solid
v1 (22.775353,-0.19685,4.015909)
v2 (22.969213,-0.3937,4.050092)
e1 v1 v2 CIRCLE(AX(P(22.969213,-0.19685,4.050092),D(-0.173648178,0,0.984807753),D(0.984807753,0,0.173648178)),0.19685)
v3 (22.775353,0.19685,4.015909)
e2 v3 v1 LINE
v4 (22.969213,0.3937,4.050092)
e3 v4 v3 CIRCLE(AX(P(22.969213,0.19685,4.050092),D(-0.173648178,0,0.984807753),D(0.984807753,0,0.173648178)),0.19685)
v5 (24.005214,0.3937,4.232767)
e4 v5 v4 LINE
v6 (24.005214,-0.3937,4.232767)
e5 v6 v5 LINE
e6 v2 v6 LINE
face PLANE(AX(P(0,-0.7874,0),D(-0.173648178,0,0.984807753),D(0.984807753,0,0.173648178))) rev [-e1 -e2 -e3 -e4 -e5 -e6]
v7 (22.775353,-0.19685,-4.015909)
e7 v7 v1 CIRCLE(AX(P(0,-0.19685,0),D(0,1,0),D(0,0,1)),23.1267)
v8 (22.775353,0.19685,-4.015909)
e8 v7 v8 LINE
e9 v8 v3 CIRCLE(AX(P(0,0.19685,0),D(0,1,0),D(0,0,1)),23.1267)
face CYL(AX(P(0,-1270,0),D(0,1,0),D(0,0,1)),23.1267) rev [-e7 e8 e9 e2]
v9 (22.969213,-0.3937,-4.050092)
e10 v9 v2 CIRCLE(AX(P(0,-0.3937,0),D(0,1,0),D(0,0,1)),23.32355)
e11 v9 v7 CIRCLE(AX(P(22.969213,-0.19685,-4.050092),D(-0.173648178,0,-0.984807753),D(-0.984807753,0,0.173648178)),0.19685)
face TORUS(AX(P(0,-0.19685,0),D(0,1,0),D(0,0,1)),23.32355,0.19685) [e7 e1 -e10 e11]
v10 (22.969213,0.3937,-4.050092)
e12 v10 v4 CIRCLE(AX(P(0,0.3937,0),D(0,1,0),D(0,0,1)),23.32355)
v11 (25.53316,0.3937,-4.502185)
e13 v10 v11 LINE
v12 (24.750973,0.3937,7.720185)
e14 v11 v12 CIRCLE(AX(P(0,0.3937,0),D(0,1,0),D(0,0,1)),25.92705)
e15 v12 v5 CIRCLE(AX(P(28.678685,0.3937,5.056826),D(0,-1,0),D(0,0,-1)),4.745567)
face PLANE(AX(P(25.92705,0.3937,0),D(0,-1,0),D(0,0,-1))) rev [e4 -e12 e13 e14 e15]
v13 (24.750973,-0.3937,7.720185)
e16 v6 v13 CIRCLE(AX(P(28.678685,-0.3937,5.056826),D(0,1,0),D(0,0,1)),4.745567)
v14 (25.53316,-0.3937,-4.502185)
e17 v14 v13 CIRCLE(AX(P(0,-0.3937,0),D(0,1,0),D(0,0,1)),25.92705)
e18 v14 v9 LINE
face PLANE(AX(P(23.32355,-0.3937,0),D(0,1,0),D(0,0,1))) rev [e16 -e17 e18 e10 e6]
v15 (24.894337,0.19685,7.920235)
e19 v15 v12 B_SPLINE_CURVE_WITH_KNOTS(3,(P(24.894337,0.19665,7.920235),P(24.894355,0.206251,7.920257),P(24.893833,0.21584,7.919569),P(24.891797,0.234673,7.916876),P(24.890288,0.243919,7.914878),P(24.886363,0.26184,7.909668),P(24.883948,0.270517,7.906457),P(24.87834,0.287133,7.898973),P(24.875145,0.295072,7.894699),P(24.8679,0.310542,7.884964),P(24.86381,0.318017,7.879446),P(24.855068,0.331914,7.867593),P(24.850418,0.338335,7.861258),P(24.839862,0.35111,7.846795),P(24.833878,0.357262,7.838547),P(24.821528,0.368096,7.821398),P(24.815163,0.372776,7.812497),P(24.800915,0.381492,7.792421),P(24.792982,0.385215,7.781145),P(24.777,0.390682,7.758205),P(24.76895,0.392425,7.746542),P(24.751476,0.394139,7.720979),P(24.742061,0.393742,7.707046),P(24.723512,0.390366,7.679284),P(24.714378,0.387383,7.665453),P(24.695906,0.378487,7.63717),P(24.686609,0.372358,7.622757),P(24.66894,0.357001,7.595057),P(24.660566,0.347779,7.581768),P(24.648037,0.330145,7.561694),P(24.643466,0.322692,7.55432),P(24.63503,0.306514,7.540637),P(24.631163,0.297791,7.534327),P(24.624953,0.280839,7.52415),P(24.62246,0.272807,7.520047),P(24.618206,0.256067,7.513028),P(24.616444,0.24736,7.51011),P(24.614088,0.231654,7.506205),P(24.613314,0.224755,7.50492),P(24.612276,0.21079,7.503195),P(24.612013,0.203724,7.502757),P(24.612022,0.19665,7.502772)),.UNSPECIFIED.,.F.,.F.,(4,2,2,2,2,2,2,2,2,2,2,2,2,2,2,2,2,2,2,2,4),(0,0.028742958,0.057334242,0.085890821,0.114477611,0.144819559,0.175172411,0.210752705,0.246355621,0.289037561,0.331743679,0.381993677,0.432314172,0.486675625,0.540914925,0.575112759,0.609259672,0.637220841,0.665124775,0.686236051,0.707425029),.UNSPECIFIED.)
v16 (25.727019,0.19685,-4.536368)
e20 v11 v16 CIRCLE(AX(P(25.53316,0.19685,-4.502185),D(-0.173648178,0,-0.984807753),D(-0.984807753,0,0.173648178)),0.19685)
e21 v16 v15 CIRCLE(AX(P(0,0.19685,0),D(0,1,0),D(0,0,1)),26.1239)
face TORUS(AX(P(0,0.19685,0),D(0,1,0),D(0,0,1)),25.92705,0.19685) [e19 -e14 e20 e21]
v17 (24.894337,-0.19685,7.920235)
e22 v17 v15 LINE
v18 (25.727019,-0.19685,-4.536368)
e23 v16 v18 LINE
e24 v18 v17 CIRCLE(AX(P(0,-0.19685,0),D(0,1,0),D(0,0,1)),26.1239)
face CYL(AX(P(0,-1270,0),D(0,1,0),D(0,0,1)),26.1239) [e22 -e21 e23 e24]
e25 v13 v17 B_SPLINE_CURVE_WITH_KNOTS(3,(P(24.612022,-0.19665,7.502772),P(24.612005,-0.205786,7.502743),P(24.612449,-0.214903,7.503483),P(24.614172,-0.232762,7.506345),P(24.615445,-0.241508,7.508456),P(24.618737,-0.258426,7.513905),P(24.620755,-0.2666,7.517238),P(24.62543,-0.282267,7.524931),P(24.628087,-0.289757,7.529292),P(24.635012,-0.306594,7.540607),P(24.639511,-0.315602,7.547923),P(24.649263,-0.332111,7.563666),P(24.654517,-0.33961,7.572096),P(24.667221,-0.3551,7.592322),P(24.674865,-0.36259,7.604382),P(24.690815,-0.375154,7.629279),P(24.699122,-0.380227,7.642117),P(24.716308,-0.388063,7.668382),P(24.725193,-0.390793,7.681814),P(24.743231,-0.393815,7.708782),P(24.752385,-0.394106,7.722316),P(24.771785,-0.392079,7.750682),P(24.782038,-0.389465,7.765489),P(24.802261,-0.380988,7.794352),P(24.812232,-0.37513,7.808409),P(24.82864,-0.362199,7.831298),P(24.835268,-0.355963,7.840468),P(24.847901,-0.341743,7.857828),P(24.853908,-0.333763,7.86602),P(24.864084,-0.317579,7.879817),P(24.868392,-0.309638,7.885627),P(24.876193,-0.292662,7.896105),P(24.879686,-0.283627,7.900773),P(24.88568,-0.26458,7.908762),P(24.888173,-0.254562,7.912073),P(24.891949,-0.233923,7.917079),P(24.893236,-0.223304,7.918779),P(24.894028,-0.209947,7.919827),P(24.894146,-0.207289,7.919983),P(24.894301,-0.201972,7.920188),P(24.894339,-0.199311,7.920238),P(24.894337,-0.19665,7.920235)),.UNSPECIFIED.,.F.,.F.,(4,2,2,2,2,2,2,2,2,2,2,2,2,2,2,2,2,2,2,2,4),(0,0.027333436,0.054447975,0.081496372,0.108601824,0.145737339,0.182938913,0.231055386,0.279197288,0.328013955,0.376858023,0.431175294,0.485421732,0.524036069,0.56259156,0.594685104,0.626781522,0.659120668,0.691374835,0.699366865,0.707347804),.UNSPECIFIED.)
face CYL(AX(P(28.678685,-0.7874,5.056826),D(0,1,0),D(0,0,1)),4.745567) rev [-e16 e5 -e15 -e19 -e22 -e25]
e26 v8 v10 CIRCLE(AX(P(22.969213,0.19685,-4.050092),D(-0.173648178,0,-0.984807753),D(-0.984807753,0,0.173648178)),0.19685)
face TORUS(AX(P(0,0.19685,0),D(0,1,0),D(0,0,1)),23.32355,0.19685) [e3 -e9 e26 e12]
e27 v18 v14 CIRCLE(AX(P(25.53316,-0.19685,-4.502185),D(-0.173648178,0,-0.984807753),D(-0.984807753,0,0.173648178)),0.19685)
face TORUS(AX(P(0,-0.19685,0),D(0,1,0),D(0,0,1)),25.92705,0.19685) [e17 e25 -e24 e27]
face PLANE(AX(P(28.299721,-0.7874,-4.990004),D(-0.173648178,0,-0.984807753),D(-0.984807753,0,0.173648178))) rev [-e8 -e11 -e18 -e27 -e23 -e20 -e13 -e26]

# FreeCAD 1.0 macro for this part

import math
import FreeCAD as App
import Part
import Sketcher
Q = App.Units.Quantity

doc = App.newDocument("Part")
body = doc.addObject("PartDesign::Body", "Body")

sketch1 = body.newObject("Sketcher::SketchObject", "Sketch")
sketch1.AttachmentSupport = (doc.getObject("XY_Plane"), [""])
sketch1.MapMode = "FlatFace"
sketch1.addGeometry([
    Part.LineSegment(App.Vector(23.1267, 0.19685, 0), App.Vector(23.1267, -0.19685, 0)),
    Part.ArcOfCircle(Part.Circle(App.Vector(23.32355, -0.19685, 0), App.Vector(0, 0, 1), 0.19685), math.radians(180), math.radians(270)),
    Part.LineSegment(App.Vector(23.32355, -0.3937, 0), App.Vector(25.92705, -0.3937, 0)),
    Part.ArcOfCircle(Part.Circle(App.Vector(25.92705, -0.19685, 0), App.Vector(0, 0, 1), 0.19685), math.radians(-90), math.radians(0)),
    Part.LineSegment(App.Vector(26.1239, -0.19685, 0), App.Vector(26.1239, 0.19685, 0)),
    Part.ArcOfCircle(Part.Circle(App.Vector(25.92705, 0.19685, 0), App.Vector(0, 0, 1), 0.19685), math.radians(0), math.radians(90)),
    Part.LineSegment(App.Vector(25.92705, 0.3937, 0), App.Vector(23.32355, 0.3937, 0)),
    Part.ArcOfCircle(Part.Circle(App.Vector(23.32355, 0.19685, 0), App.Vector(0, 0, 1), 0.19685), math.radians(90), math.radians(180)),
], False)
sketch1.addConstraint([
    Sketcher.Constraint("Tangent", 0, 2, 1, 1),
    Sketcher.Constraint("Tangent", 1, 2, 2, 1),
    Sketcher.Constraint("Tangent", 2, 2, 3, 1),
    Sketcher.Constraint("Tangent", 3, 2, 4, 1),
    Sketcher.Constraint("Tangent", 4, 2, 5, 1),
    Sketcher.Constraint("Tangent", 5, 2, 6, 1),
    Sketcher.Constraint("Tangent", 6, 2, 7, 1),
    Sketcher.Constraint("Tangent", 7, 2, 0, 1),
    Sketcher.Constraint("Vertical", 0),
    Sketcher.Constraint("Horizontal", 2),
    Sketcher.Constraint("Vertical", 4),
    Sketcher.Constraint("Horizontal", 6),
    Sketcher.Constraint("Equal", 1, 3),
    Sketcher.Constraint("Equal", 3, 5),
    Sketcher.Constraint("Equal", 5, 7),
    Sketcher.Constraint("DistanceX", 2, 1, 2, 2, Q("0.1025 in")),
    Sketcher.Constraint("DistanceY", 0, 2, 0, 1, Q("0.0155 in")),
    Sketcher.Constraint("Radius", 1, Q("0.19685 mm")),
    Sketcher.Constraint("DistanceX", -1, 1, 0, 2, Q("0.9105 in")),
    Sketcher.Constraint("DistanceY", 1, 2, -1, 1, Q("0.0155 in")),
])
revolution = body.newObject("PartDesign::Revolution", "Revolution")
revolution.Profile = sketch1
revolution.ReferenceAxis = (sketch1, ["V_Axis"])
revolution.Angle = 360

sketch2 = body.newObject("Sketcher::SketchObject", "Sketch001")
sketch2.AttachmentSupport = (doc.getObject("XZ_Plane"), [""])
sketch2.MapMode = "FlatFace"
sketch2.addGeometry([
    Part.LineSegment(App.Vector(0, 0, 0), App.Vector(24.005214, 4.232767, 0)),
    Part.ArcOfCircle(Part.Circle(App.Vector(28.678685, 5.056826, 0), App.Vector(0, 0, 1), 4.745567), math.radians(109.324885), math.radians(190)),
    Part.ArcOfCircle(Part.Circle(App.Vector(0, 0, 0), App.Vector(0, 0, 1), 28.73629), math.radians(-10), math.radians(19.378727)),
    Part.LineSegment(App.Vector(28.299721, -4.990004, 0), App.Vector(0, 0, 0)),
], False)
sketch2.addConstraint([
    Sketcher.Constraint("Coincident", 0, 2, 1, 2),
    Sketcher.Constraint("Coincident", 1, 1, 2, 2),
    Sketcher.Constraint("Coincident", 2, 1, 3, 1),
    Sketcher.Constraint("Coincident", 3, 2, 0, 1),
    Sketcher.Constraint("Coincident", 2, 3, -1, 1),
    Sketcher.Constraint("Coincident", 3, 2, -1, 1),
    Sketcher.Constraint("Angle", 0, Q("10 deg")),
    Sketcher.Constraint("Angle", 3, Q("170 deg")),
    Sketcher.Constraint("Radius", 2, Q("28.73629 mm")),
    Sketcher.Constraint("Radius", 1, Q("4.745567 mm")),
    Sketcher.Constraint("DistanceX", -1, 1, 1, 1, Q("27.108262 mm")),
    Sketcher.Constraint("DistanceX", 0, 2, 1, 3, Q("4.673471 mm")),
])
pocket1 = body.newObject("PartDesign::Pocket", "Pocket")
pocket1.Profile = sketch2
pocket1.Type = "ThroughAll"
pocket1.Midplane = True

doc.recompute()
_ _ _ _ _ _ _
### Exercise
Copy out, word for word, the part of the entries above that begins at the line with "e13 v10 v11 LINE" and ends at the line with "v13 (24.750973,-0.3937,7.720185)", including both.

### Exercise solution
e13 v10 v11 LINE
v12 (24.750973,0.3937,7.720185)
e14 v11 v12 CIRCLE(AX(P(0,0.3937,0),D(0,1,0),D(0,0,1)),25.92705)
e15 v12 v5 CIRCLE(AX(P(28.678685,0.3937,5.056826),D(0,-1,0),D(0,0,-1)),4.745567)
face PLANE(AX(P(25.92705,0.3937,0),D(0,-1,0),D(0,0,-1))) rev [e4 -e12 e13 e14 e15]
v13 (24.750973,-0.3937,7.720185)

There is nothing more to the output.